Wednesday evening Terence and I walked over to the O’Reilly booth to sign some of our Privacy and Big Data books for attendees. After two jam packed days at Strata, we were tired and thought that we would sign the books and go sit down somewhere and take a nap (we are no longer as young as we’d like to think!). However, that was not meant to be. Instead, we ran out of our books and found ourselves thoroughly engaged in privacy conversations that ranged from some very interesting data collection and usage policies to how privacy is viewed around the world and some great subject matter for upcoming posts.
We then ended the evening at a Friends of O’Reilly event where I met Joseph Boyle, an analyst with the Personal Data Ecosystem Consortium that is focused on ensuring that people (us) are in control of their personal data (we mentioned the consortium in our book). In the midst of our no holds barred privacy conversation regarding whether or not we can maintain control of our personal data, Joseph realized that I was the co-author (Terence too) of Privacy and Big Data and proceeded to show me the not-yet-available March release of the Personal Data Journal (a newsletter the consortium puts out on a quarterly basis) that features an extensive review of our book! Yes, it is a small world (and when the newsletter is available I will update this post with a link)!

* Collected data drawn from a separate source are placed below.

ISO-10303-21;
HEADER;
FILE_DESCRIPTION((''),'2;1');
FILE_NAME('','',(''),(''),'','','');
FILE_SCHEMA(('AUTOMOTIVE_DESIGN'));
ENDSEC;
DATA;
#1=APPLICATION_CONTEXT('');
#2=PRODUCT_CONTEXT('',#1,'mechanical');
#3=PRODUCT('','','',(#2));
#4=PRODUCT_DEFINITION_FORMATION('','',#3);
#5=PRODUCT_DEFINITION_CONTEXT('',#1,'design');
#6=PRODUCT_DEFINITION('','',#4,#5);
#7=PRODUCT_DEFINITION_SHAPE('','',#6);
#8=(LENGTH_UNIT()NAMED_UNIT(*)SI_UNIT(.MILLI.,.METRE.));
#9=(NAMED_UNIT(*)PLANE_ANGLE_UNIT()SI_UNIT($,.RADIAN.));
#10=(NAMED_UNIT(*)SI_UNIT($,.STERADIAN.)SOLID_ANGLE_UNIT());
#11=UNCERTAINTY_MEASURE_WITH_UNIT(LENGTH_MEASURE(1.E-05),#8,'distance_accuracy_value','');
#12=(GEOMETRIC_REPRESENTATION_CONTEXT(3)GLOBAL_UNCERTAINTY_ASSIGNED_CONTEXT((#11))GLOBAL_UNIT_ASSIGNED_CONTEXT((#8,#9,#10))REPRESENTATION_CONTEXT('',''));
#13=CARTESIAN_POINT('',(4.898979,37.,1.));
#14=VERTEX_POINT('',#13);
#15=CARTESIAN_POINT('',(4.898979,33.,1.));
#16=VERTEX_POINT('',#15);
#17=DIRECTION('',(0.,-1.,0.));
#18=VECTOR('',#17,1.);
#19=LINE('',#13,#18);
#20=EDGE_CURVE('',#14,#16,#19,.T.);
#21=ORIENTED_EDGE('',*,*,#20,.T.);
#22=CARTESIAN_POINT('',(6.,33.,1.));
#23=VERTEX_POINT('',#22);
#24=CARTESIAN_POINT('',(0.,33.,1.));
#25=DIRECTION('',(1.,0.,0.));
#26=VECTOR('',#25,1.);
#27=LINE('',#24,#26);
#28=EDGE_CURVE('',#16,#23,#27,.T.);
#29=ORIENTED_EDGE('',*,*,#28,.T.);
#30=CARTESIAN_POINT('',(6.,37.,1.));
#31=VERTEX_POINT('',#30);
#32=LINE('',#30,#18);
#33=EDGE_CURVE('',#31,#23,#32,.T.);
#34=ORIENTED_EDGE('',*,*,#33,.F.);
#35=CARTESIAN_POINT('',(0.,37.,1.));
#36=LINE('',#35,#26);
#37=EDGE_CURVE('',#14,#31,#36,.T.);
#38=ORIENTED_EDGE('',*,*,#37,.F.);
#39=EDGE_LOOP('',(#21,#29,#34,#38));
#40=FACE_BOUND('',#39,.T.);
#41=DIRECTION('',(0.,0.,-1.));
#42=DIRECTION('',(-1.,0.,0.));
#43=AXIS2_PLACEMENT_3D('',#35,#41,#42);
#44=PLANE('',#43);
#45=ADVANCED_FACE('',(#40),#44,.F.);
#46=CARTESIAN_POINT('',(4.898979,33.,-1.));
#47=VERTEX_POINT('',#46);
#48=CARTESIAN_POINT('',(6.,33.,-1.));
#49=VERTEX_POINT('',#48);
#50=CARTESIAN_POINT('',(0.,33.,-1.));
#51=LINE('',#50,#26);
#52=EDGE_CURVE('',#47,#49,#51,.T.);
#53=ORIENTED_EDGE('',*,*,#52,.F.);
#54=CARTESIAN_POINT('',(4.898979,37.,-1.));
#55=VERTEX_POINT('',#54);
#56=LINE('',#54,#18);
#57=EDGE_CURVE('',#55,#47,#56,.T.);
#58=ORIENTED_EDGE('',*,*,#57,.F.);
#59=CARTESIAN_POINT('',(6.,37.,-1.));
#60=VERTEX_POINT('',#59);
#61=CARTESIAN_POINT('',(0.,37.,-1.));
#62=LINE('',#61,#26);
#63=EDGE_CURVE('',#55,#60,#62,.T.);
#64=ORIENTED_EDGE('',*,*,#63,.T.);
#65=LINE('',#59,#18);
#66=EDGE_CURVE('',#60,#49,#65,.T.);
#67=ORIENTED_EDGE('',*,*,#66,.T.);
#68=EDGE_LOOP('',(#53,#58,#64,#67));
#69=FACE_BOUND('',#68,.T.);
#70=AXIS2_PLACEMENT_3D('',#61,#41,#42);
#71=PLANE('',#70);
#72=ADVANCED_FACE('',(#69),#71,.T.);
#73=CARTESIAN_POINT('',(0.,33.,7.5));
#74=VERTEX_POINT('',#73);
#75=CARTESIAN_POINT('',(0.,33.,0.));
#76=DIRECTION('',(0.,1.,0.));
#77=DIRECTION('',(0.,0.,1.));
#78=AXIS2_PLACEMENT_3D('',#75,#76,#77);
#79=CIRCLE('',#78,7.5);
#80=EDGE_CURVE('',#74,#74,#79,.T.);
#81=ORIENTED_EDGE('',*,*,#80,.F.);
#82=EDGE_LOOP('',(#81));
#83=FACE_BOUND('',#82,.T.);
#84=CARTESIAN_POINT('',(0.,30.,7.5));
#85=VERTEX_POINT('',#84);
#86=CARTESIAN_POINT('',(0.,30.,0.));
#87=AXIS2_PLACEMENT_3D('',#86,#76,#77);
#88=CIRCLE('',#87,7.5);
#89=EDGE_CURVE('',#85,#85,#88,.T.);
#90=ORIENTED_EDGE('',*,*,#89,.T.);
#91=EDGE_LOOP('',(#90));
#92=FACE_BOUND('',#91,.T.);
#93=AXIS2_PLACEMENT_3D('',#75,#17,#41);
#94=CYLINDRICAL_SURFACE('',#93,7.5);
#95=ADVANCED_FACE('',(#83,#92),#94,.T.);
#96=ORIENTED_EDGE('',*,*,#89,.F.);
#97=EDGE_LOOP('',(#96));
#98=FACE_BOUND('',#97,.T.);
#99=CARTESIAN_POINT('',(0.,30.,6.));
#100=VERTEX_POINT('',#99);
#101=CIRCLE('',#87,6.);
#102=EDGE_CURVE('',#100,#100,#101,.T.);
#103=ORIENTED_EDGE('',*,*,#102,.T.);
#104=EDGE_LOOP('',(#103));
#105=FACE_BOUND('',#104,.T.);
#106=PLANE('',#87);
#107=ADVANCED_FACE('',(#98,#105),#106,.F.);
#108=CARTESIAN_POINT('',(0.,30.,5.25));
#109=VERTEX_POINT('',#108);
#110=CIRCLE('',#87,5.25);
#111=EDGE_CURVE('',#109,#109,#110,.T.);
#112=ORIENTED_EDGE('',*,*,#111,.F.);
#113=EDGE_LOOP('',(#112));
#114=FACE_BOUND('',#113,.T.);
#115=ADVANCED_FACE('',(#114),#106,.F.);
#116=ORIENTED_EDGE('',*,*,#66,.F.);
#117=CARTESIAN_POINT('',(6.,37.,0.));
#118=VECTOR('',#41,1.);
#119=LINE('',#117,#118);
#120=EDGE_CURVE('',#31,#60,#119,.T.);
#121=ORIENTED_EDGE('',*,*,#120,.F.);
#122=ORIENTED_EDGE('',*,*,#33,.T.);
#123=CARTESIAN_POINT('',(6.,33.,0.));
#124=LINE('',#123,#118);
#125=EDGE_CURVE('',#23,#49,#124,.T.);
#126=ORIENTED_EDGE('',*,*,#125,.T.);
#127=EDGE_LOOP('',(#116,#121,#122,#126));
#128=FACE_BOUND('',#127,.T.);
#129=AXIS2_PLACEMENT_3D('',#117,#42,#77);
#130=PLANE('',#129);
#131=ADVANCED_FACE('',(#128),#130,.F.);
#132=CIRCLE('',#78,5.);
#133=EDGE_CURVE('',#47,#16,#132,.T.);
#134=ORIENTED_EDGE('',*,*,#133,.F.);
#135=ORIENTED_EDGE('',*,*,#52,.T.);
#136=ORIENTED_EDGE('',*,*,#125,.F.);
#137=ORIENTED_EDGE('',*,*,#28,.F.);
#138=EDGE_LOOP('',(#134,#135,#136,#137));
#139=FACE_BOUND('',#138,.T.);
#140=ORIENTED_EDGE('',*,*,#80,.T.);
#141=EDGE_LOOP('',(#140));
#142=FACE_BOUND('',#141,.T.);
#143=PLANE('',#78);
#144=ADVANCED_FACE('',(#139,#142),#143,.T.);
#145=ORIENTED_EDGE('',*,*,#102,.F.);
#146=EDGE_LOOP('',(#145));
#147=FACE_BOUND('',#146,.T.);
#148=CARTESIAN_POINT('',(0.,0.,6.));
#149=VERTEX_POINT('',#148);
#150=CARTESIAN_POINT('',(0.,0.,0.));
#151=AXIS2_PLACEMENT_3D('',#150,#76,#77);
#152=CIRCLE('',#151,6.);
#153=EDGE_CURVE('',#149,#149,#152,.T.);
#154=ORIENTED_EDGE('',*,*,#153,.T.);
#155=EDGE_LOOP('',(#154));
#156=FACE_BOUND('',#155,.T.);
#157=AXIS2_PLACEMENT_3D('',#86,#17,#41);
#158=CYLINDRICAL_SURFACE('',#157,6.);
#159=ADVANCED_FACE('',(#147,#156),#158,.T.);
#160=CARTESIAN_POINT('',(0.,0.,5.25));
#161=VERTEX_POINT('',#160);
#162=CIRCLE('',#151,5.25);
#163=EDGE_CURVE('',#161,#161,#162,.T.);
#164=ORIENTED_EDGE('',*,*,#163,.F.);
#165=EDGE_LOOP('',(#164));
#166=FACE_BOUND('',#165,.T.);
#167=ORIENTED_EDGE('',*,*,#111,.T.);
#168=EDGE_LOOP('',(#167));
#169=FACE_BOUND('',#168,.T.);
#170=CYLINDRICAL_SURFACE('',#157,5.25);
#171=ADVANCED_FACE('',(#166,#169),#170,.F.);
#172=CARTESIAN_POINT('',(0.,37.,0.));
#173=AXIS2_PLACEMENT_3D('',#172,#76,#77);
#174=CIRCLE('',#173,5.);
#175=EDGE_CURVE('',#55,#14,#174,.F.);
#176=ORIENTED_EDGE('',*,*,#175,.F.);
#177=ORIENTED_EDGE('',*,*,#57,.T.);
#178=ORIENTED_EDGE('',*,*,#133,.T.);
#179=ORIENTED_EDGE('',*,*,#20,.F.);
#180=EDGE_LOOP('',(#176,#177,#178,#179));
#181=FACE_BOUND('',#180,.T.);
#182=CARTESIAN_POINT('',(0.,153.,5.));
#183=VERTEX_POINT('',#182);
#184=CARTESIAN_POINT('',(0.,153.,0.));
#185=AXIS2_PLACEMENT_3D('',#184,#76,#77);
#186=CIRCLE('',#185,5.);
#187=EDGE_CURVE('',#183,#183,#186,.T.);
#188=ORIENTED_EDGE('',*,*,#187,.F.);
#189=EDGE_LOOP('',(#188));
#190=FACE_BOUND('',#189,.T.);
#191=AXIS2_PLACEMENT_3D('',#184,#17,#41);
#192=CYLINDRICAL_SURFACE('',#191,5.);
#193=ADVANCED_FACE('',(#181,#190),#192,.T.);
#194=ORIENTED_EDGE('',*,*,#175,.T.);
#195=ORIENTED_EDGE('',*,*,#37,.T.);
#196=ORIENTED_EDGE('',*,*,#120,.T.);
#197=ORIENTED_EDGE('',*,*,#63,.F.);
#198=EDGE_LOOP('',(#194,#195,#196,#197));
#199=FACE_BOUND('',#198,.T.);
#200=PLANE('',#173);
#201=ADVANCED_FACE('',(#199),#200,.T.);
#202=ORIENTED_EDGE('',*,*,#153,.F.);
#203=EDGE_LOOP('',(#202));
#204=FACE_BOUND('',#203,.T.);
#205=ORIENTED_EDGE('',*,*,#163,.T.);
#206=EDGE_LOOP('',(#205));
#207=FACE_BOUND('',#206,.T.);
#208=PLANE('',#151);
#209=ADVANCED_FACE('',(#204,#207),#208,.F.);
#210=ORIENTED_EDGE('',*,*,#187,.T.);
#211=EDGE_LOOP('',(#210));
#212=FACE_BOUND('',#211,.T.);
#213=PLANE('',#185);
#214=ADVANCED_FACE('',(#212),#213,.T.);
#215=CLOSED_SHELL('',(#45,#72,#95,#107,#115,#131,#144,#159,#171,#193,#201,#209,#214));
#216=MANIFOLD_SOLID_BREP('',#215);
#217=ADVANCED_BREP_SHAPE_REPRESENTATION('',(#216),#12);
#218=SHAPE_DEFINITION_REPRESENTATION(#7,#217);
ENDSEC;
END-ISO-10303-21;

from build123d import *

# Parameters (mm, degrees)
SKETCH_1_R      = 6
SKETCH_1_R_2    = 5.25
EXTRUDE_2_DEPTH = 30
SKETCH_2_R      = 7.5
EXTRUDE_3_DEPTH = 3
SKETCH_3_R      = 5
EXTRUDE_4_DEPTH = 120
EXTRUDE_6_DEPTH = 4


with BuildPart() as part:
    # 草图1 → 凸台-拉伸2 (new body)
    with BuildSketch(Plane(origin=(0, 0, 0), x_dir=(1, 0, 0), z_dir=(0, 1, 0))):
        with Locations(Location((0, 0, 0), (0, 0, 270))):
            Circle(SKETCH_1_R)
        with Locations(Location((0, 0, 0), (0, 0, 270))):
            Circle(SKETCH_1_R_2, mode=Mode.SUBTRACT)
    extrude(amount=EXTRUDE_2_DEPTH)

    # 草图2 → 凸台-拉伸3 (add)
    with BuildSketch(Plane(origin=(0, 30, 0), x_dir=(1, 0, 0), z_dir=(0, 1, 0))):
        with Locations(Location((0, 0, 0), (0, 0, 270))):
            Circle(SKETCH_2_R)
    extrude(amount=EXTRUDE_3_DEPTH)

    # 草图3 → 凸台-拉伸4 (add)
    with BuildSketch(Plane(origin=(0, 33, 0), x_dir=(1, 0, 0), z_dir=(0, 1, 0))):
        with Locations(Location((0, 0, 0), (0, 0, 270))):
            Circle(SKETCH_3_R)
    extrude(amount=EXTRUDE_4_DEPTH)

    # 草图4 → 凸台-拉伸6 (add)
    with BuildSketch(Plane(origin=(0, 33, 0), x_dir=(1, 0, 0), z_dir=(0, 1, 0))):
        with BuildLine():
            Line((6, 1), (4.898979486, 1))
            ThreePointArc((4.898979486, 1), (4.974680765, 0.50254481), (5, 0))
            Line((5, 0), (6, 0))
            Line((6, 0), (6, 1))
        make_face()
        with BuildLine():
            ThreePointArc((5, 0), (4.974680765, -0.50254481), (4.898979486, -1))
            Line((4.898979486, -1), (6, -1))
            Line((6, -1), (6, 0))
            Line((6, 0), (5, 0))
        make_face()
    extrude(amount=EXTRUDE_6_DEPTH)


solid = part.part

Here are my final thoughts on Strata West 2012: noisier, messier, and far more crowded than previous conferences. And that’s as it should be because big data has entered the real world. There are second generation solutions that offer far more built-in capabilities and a much more user friendly experience. Big analytics is solving real-world problems, is being applied to more real-world problems that need our attention (when you have a minute check out Data Without Borders that uses big data to help humanity), and there are people from business, technology, and education all trying to figure out how to analyze data for competitive advantage or better yet, to shine a light on the most pressing issues of the day. Of course none of this would have occurred without the sponsorship of the O’Reilly team—program chairs, Edd Dumbill and Alistair Croll, and the rest of the O’Reilly team did a great job. Thank you!
And I will leave you with this (I cannot resist a good quote—even when it’s not my own): If you are not one of those companies embracing big data, be warned that you are among the walking dead!